• [Task requirements]
Stop after the line containing "v 4.532 2.113 -18": print each line exactly from the first line of the listing up to that point.

• [Source data]
- Opening Delimiter -

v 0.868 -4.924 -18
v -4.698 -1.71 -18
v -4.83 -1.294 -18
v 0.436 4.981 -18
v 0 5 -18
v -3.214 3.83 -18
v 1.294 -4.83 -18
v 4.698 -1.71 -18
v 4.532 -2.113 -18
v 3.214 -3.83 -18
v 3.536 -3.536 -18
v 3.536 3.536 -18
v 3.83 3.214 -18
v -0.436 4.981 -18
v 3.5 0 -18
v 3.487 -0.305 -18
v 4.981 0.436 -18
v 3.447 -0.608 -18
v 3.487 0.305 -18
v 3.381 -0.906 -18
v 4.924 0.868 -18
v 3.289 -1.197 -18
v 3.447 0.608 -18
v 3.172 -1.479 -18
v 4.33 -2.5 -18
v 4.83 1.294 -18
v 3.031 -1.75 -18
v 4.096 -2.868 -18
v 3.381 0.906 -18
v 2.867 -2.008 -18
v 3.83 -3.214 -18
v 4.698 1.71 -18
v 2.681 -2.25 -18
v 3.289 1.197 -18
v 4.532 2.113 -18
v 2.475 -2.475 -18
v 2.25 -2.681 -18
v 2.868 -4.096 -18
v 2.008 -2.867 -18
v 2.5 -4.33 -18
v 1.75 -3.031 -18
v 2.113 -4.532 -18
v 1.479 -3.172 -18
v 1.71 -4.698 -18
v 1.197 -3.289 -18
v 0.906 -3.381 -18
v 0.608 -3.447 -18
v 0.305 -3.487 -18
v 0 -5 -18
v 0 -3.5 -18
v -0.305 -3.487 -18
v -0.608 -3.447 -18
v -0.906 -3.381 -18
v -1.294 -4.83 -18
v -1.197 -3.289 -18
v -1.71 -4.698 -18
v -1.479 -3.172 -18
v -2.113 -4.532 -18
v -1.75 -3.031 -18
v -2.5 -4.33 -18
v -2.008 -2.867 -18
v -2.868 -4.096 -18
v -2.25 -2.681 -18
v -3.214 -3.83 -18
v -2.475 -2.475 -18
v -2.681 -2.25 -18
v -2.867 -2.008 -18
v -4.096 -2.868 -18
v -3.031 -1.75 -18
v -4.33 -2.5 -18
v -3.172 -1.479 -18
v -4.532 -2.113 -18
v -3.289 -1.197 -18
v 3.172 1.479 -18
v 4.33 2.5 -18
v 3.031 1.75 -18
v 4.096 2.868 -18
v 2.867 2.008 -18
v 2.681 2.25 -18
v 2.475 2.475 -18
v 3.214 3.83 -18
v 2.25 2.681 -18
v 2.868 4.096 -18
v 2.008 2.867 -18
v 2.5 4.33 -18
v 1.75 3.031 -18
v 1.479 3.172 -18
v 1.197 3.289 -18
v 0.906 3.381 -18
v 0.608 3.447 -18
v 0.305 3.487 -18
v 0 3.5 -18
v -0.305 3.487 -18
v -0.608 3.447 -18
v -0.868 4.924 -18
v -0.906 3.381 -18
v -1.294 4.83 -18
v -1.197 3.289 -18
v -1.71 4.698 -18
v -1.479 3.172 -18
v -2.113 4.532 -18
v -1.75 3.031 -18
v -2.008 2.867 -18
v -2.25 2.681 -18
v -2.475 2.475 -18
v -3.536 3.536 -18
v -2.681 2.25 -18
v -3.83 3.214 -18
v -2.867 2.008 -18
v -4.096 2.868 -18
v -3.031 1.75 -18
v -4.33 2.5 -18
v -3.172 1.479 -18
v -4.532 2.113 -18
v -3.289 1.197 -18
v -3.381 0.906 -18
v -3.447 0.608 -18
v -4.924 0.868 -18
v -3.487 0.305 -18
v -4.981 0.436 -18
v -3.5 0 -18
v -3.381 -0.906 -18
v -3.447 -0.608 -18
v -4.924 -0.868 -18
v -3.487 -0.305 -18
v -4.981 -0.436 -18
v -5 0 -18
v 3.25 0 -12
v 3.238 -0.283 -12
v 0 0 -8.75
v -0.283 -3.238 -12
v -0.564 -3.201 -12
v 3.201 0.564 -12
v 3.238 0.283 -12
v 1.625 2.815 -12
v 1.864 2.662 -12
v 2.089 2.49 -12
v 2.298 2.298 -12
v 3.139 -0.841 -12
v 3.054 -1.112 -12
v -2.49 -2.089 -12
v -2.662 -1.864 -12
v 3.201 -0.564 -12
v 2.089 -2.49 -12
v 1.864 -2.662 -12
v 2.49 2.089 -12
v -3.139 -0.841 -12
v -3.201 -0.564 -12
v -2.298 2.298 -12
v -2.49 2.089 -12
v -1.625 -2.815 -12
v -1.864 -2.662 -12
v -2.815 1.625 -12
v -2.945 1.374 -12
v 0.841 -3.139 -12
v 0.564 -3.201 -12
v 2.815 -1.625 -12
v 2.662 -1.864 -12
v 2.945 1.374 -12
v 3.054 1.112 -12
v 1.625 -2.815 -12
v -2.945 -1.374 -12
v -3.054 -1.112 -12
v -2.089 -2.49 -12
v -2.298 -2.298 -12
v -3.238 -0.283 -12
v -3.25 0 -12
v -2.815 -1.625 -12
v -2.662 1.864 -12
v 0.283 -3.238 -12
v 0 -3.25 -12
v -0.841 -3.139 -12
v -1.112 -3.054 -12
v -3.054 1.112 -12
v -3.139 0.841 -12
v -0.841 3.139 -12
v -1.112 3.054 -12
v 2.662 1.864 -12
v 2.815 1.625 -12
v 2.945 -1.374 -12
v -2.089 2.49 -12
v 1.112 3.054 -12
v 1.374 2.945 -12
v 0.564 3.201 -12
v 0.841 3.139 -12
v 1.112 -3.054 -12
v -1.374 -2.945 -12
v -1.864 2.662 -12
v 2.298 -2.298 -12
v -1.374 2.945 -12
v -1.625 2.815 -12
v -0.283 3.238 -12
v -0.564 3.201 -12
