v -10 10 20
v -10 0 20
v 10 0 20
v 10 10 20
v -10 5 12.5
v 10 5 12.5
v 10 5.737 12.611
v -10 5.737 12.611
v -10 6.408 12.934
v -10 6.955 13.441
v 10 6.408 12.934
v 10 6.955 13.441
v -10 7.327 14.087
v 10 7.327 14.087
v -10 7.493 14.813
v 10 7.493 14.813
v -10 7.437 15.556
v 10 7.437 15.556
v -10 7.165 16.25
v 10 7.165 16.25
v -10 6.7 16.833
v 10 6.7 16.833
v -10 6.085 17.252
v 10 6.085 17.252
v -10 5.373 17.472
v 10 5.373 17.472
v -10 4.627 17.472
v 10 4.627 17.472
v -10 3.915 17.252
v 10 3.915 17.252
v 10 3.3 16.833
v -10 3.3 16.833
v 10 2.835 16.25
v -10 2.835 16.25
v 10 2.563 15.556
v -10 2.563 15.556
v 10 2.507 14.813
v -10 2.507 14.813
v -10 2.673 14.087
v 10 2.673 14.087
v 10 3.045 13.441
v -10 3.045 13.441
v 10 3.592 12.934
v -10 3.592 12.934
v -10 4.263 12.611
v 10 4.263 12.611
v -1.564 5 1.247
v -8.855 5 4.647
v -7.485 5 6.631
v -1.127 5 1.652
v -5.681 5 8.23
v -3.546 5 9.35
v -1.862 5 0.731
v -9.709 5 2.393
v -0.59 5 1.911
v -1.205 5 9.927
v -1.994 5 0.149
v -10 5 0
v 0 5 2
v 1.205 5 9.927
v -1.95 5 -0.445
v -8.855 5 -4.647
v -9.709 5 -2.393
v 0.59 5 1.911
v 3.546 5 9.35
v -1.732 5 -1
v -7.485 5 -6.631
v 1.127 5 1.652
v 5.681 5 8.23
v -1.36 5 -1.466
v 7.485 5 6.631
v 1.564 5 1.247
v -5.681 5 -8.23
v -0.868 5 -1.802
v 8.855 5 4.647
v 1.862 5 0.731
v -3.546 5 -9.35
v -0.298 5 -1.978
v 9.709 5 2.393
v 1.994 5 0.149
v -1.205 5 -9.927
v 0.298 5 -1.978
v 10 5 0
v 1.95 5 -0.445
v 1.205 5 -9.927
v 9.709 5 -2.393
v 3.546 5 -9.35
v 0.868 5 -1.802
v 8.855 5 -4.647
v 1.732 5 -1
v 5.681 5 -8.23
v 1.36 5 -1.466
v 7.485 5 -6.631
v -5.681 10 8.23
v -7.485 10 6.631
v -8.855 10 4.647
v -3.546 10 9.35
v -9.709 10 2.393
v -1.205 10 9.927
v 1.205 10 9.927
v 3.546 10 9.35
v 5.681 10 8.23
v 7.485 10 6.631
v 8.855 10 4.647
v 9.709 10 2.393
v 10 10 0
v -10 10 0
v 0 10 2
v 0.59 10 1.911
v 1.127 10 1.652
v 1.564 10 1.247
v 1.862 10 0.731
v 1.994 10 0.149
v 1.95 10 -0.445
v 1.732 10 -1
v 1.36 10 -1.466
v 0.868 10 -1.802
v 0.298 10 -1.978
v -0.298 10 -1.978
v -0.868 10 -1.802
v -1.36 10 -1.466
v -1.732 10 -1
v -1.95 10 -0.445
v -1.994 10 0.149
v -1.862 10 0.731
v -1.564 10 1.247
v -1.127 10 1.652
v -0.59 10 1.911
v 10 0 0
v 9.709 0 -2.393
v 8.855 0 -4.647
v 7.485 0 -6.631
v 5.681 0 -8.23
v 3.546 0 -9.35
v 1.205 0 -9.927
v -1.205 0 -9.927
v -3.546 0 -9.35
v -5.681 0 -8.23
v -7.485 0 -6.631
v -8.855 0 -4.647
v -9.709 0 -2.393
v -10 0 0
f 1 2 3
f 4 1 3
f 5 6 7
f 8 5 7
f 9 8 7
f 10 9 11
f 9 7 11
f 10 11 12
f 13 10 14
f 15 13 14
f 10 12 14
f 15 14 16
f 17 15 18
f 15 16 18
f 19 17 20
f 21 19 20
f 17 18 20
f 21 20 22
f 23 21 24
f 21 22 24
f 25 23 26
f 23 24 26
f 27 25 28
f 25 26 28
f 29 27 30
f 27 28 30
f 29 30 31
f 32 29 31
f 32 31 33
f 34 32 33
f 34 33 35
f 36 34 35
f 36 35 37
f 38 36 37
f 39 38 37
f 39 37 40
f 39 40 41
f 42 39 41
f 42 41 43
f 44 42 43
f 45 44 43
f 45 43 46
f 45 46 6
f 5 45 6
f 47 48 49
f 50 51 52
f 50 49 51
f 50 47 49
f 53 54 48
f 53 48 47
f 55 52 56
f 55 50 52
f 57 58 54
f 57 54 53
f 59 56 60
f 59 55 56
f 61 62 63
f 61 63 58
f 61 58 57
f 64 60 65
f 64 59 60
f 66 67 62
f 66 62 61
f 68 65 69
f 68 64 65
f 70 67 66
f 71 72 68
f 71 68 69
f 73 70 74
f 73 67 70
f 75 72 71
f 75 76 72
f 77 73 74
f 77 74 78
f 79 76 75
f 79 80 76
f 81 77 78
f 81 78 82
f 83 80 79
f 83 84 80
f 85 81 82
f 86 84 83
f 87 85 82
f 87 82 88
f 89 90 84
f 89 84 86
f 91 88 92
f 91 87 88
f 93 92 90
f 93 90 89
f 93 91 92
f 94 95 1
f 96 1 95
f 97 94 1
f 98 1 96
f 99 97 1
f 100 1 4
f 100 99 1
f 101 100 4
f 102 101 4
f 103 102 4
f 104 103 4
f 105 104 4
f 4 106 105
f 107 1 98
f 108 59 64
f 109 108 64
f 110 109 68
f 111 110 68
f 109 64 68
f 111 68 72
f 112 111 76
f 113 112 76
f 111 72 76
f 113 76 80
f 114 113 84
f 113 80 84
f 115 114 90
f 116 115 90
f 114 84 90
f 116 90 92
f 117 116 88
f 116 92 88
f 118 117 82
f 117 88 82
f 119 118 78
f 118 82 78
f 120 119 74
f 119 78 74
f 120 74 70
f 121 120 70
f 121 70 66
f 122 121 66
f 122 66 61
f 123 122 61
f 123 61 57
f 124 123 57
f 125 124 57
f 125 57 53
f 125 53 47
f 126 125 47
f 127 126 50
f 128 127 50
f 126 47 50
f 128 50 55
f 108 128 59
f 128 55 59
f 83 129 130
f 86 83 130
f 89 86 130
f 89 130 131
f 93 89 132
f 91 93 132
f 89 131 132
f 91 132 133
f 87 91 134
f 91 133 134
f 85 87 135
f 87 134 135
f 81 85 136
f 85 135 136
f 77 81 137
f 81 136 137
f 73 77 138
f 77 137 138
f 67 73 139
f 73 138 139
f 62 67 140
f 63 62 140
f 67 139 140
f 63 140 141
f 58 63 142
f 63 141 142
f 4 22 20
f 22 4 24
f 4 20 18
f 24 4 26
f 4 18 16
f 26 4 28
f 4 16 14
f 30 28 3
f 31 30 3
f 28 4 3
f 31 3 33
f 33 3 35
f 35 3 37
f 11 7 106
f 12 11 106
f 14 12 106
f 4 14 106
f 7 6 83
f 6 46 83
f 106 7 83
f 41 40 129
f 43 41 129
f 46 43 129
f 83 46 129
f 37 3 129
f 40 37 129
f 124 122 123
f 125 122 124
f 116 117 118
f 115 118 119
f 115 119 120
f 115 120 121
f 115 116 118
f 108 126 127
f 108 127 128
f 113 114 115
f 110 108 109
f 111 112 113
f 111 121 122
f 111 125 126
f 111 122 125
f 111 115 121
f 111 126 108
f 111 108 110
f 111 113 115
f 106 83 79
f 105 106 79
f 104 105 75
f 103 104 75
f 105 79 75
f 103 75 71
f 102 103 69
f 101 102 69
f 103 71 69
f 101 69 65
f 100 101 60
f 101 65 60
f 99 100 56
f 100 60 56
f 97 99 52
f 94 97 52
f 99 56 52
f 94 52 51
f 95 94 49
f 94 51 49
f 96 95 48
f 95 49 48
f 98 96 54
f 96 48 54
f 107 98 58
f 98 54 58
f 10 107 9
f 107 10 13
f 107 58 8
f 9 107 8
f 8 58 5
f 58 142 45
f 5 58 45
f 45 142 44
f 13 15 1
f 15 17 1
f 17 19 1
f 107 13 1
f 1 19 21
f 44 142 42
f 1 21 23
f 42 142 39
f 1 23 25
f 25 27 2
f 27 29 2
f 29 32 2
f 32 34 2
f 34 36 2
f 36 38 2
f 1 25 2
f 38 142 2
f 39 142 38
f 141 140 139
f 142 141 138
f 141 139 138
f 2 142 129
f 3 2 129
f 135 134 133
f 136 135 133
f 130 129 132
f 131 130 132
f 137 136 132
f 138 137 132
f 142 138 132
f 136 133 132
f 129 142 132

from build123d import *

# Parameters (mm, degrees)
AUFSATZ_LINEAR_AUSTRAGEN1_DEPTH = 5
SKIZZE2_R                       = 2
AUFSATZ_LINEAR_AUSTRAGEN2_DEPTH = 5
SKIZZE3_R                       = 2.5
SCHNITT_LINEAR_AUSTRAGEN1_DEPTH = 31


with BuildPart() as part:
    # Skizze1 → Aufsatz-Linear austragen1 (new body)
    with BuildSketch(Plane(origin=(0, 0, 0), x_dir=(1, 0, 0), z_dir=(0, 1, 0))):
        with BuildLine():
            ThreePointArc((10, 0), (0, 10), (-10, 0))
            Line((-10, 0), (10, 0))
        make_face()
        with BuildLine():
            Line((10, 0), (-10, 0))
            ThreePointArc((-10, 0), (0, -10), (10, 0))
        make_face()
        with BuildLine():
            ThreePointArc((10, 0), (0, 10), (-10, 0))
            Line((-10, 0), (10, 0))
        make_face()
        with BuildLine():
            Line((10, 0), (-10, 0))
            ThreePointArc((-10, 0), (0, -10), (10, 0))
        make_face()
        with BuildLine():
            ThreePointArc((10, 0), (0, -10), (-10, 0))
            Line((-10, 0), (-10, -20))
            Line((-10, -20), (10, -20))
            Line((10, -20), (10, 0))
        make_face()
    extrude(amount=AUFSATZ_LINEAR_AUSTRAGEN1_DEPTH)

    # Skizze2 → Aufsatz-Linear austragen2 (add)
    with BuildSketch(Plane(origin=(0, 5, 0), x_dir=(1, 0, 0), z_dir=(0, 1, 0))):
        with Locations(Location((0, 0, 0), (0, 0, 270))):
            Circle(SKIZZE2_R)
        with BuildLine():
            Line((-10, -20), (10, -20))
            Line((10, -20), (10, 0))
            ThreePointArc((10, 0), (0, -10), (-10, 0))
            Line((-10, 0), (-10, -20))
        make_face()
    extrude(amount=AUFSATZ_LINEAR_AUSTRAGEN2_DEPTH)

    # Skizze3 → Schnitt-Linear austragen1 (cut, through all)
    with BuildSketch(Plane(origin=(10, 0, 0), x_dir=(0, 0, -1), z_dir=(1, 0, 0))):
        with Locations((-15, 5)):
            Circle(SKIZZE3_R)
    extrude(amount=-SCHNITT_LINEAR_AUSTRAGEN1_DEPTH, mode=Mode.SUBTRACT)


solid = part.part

- Closing Delimiter -

• [Written response]
v 0.868 -4.924 -18
v -4.698 -1.71 -18
v -4.83 -1.294 -18
v 0.436 4.981 -18
v 0 5 -18
v -3.214 3.83 -18
v 1.294 -4.83 -18
v 4.698 -1.71 -18
v 4.532 -2.113 -18
v 3.214 -3.83 -18
v 3.536 -3.536 -18
v 3.536 3.536 -18
v 3.83 3.214 -18
v -0.436 4.981 -18
v 3.5 0 -18
v 3.487 -0.305 -18
v 4.981 0.436 -18
v 3.447 -0.608 -18
v 3.487 0.305 -18
v 3.381 -0.906 -18
v 4.924 0.868 -18
v 3.289 -1.197 -18
v 3.447 0.608 -18
v 3.172 -1.479 -18
v 4.33 -2.5 -18
v 4.83 1.294 -18
v 3.031 -1.75 -18
v 4.096 -2.868 -18
v 3.381 0.906 -18
v 2.867 -2.008 -18
v 3.83 -3.214 -18
v 4.698 1.71 -18
v 2.681 -2.25 -18
v 3.289 1.197 -18
v 4.532 2.113 -18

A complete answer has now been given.